Exercise goal
Reproduce the records below exactly, but only between the lines holding "f 131 130 252" and "f 98 97 224", inclusive.

Entries supplied
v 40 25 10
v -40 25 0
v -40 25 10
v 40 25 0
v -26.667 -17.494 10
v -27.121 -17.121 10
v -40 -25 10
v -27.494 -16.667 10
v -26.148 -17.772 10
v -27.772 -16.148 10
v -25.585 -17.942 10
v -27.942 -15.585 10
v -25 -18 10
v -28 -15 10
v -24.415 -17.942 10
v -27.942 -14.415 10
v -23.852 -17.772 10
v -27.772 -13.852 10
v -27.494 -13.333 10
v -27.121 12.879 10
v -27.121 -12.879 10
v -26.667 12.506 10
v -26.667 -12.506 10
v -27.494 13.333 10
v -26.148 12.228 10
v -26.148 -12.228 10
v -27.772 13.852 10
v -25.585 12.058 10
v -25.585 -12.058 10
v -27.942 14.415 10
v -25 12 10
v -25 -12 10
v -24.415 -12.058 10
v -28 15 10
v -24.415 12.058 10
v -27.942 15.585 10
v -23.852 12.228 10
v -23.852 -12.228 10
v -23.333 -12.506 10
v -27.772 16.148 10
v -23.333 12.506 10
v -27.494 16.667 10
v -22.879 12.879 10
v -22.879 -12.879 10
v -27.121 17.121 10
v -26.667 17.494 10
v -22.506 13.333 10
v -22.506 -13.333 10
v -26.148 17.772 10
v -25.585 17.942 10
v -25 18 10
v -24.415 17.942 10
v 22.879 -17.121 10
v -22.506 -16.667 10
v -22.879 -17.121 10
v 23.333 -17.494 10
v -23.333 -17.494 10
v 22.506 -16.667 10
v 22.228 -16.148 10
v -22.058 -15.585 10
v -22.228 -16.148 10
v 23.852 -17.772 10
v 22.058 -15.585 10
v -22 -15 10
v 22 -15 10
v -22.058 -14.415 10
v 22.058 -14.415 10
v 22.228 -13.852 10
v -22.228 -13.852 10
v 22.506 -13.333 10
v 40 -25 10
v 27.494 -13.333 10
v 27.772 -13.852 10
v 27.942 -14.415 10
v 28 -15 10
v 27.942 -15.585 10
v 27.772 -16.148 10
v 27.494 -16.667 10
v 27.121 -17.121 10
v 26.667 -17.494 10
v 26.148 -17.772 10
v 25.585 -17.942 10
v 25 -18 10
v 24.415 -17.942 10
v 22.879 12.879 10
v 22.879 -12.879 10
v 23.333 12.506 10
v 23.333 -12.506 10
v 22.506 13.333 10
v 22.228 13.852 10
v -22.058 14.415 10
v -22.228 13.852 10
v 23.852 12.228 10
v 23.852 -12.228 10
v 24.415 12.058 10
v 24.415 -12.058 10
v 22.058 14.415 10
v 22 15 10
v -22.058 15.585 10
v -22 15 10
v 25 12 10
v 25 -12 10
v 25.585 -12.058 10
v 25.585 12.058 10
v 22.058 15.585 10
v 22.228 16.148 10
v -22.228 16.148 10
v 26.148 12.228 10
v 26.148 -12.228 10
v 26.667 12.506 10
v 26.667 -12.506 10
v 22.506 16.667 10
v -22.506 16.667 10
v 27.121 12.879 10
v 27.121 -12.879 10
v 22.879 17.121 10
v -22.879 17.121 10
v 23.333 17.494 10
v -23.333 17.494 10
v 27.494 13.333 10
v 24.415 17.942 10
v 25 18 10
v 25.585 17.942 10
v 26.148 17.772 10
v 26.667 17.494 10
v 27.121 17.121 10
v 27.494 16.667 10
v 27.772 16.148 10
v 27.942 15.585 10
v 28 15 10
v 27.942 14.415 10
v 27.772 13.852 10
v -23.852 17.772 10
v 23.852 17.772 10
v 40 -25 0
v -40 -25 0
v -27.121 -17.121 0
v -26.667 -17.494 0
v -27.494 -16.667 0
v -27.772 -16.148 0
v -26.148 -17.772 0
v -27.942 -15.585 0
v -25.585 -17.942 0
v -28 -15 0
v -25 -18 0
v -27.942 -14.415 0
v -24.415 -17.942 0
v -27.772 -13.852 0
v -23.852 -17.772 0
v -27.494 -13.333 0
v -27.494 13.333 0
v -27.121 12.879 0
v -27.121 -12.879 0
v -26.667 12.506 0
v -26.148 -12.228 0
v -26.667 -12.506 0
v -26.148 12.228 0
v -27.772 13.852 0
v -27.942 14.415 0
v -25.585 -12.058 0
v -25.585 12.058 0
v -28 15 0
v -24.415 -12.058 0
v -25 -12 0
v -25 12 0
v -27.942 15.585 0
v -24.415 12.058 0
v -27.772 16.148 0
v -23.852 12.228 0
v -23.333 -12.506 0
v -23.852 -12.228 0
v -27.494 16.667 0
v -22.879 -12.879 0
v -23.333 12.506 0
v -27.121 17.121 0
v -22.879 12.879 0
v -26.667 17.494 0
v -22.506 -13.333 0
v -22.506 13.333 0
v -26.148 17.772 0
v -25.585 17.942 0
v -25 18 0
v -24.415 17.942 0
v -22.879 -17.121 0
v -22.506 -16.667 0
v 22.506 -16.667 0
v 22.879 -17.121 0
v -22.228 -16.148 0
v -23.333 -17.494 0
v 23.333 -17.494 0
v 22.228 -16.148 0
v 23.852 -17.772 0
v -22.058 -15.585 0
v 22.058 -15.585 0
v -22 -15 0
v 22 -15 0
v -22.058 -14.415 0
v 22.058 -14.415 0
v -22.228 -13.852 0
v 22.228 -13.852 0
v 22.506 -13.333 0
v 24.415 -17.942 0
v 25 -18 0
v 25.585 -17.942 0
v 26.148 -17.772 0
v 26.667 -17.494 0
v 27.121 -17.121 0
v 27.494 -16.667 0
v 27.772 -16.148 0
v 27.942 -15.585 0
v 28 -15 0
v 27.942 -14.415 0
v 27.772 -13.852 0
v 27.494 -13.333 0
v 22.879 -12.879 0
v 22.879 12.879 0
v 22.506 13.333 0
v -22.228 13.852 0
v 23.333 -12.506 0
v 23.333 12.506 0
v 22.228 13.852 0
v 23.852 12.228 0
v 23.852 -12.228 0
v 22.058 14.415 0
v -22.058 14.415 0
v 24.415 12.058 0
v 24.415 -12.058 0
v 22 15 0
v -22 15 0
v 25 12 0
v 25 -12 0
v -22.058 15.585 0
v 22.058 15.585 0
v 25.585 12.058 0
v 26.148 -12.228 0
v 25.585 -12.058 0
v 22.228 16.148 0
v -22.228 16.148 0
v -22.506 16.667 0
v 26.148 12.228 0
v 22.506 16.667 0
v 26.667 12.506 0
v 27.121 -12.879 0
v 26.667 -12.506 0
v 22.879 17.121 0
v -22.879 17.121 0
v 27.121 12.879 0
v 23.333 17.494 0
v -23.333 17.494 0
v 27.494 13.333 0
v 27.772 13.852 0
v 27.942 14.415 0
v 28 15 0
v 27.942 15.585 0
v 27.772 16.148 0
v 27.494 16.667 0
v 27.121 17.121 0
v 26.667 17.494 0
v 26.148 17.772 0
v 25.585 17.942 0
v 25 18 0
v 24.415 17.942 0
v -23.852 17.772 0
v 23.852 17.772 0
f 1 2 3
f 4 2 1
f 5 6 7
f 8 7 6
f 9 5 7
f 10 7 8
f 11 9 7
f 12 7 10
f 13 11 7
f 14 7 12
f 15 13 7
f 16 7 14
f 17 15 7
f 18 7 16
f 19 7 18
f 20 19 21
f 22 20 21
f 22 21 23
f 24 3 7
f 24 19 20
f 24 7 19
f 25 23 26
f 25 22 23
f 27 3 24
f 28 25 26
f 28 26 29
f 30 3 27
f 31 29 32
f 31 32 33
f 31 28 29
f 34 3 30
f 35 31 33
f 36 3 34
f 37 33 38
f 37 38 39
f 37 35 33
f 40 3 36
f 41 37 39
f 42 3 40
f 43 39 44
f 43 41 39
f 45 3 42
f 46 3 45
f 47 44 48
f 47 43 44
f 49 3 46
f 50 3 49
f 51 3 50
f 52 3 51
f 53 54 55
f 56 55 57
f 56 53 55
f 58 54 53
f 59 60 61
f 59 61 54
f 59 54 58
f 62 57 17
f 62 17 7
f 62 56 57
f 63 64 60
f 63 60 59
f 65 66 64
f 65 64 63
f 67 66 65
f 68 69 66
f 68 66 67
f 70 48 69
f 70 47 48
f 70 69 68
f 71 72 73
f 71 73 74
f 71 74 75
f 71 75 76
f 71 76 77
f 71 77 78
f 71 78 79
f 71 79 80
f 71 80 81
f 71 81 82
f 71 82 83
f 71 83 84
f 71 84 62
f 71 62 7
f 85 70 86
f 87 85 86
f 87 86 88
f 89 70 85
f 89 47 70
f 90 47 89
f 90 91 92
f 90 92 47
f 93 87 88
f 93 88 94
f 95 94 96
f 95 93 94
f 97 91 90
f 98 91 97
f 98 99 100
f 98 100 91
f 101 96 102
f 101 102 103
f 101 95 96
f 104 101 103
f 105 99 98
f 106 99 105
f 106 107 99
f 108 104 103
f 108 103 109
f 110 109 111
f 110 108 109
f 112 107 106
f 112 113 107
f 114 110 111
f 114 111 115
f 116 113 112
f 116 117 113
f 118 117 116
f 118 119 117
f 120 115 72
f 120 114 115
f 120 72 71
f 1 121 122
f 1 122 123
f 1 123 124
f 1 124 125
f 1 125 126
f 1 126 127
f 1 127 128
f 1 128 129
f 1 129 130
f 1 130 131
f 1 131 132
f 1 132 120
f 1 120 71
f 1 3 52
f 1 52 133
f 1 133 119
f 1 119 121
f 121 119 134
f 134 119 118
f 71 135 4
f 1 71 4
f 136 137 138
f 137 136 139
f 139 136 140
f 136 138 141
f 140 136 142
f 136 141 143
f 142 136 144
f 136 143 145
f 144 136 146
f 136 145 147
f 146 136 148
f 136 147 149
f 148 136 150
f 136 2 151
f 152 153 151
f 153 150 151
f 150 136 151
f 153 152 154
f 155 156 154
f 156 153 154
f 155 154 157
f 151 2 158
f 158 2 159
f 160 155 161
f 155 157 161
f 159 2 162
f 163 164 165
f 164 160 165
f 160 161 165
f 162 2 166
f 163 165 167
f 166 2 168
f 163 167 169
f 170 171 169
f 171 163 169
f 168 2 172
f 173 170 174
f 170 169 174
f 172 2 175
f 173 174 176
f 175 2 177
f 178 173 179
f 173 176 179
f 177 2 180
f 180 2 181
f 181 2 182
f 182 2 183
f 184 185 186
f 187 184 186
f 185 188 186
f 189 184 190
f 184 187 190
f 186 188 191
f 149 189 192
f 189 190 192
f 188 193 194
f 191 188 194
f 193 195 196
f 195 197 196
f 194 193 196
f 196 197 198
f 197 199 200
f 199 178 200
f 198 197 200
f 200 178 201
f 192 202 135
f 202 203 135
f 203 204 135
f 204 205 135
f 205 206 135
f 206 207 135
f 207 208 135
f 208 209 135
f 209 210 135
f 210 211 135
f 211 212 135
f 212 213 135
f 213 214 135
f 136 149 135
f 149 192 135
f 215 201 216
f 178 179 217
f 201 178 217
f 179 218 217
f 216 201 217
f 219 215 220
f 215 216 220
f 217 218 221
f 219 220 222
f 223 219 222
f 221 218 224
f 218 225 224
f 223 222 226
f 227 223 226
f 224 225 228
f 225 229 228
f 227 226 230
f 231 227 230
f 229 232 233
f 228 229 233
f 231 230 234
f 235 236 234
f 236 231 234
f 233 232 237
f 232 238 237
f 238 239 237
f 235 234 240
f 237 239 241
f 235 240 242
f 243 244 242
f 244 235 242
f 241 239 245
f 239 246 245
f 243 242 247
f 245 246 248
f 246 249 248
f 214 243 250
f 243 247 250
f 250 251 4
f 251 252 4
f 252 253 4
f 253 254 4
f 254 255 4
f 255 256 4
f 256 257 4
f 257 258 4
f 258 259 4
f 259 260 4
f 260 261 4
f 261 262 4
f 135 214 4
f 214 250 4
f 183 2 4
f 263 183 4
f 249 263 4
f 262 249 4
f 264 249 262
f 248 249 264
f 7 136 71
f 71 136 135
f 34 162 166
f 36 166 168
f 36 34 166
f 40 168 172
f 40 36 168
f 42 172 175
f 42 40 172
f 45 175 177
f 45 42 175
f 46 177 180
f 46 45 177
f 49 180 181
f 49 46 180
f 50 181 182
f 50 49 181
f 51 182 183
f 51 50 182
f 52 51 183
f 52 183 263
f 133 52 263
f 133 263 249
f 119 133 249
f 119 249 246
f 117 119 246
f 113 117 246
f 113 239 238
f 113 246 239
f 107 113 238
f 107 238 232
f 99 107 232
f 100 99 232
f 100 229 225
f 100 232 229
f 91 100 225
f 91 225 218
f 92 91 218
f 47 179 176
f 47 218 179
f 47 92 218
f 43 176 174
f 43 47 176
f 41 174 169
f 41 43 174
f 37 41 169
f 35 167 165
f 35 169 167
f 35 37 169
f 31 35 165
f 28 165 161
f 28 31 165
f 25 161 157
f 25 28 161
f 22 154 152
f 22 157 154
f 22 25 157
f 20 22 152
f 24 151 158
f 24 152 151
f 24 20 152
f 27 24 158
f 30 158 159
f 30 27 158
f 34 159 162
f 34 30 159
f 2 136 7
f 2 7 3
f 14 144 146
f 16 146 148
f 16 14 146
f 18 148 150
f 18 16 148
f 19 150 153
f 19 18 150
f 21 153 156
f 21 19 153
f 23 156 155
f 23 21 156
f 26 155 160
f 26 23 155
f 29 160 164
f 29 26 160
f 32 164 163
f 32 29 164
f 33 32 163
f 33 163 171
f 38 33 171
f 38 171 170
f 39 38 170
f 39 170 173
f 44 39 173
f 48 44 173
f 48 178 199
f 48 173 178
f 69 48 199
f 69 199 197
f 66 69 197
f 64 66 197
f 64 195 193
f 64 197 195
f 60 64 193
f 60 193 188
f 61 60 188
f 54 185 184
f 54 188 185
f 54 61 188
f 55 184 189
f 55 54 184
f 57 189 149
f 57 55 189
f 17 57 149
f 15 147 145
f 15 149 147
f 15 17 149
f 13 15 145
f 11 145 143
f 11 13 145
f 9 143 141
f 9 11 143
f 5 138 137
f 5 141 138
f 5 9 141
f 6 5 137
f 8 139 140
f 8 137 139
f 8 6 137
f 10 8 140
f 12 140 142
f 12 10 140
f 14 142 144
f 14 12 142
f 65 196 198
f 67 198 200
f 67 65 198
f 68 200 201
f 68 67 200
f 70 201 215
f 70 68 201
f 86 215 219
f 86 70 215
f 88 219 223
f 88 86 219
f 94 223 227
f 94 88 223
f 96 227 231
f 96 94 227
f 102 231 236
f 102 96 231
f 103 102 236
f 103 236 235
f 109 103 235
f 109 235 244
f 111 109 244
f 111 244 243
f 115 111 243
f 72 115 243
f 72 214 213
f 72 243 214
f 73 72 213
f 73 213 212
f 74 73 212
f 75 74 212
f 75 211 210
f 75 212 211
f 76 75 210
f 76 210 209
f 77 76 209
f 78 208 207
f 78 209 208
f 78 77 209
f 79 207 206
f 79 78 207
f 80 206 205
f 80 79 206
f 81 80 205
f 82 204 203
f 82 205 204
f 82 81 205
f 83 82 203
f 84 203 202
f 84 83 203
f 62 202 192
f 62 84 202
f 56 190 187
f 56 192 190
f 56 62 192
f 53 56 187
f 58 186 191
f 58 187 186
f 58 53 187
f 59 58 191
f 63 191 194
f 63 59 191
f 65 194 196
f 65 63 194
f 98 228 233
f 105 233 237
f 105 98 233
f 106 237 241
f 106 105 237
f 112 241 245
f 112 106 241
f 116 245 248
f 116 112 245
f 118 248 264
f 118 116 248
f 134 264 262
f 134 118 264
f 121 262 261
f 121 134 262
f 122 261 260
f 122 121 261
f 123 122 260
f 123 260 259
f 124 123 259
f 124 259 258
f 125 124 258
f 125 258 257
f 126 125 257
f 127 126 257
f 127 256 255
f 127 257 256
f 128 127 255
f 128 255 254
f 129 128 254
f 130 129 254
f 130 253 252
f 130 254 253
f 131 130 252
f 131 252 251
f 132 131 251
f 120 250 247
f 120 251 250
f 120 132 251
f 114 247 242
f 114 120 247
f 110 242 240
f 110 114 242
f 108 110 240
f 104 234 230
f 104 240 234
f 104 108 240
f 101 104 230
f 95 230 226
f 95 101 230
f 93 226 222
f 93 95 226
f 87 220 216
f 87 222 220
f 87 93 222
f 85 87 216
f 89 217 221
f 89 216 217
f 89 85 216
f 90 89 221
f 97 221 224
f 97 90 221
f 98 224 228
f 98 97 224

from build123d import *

# Parameters (mm, degrees)
BASE_W      = 80
BASE_H      = 50
BLOCK_DEPTH = 10
HOLES_2_R   = 3
HOLES_DEPTH = 49.218253805


with BuildPart() as part:
    # base → block (new body)
    with BuildSketch(Plane.XY):
        Rectangle(BASE_W, BASE_H)
    extrude(amount=BLOCK_DEPTH)

    # holes 2 → holes (cut, through all)
    with BuildSketch(Plane(origin=(0, 0, 10), x_dir=(-1, 0, 0), z_dir=(0, 0, -1))):
        with Locations((25, 15)):
            Circle(HOLES_2_R)
        with Locations((25, -15)):
            Circle(HOLES_2_R)
        with Locations((-25, 15)):
            Circle(HOLES_2_R)
        with Locations((-25, -15)):
            Circle(HOLES_2_R)
    extrude(amount=HOLES_DEPTH, mode=Mode.SUBTRACT)


solid = part.part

Task solution
f 131 130 252
f 131 252 251
f 132 131 251
f 120 250 247
f 120 251 250
f 120 132 251
f 114 247 242
f 114 120 247
f 110 242 240
f 110 114 242
f 108 110 240
f 104 234 230
f 104 240 234
f 104 108 240
f 101 104 230
f 95 230 226
f 95 101 230
f 93 226 222
f 93 95 226
f 87 220 216
f 87 222 220
f 87 93 222
f 85 87 216
f 89 217 221
f 89 216 217
f 89 85 216
f 90 89 221
f 97 221 224
f 97 90 221
f 98 224 228
f 98 97 224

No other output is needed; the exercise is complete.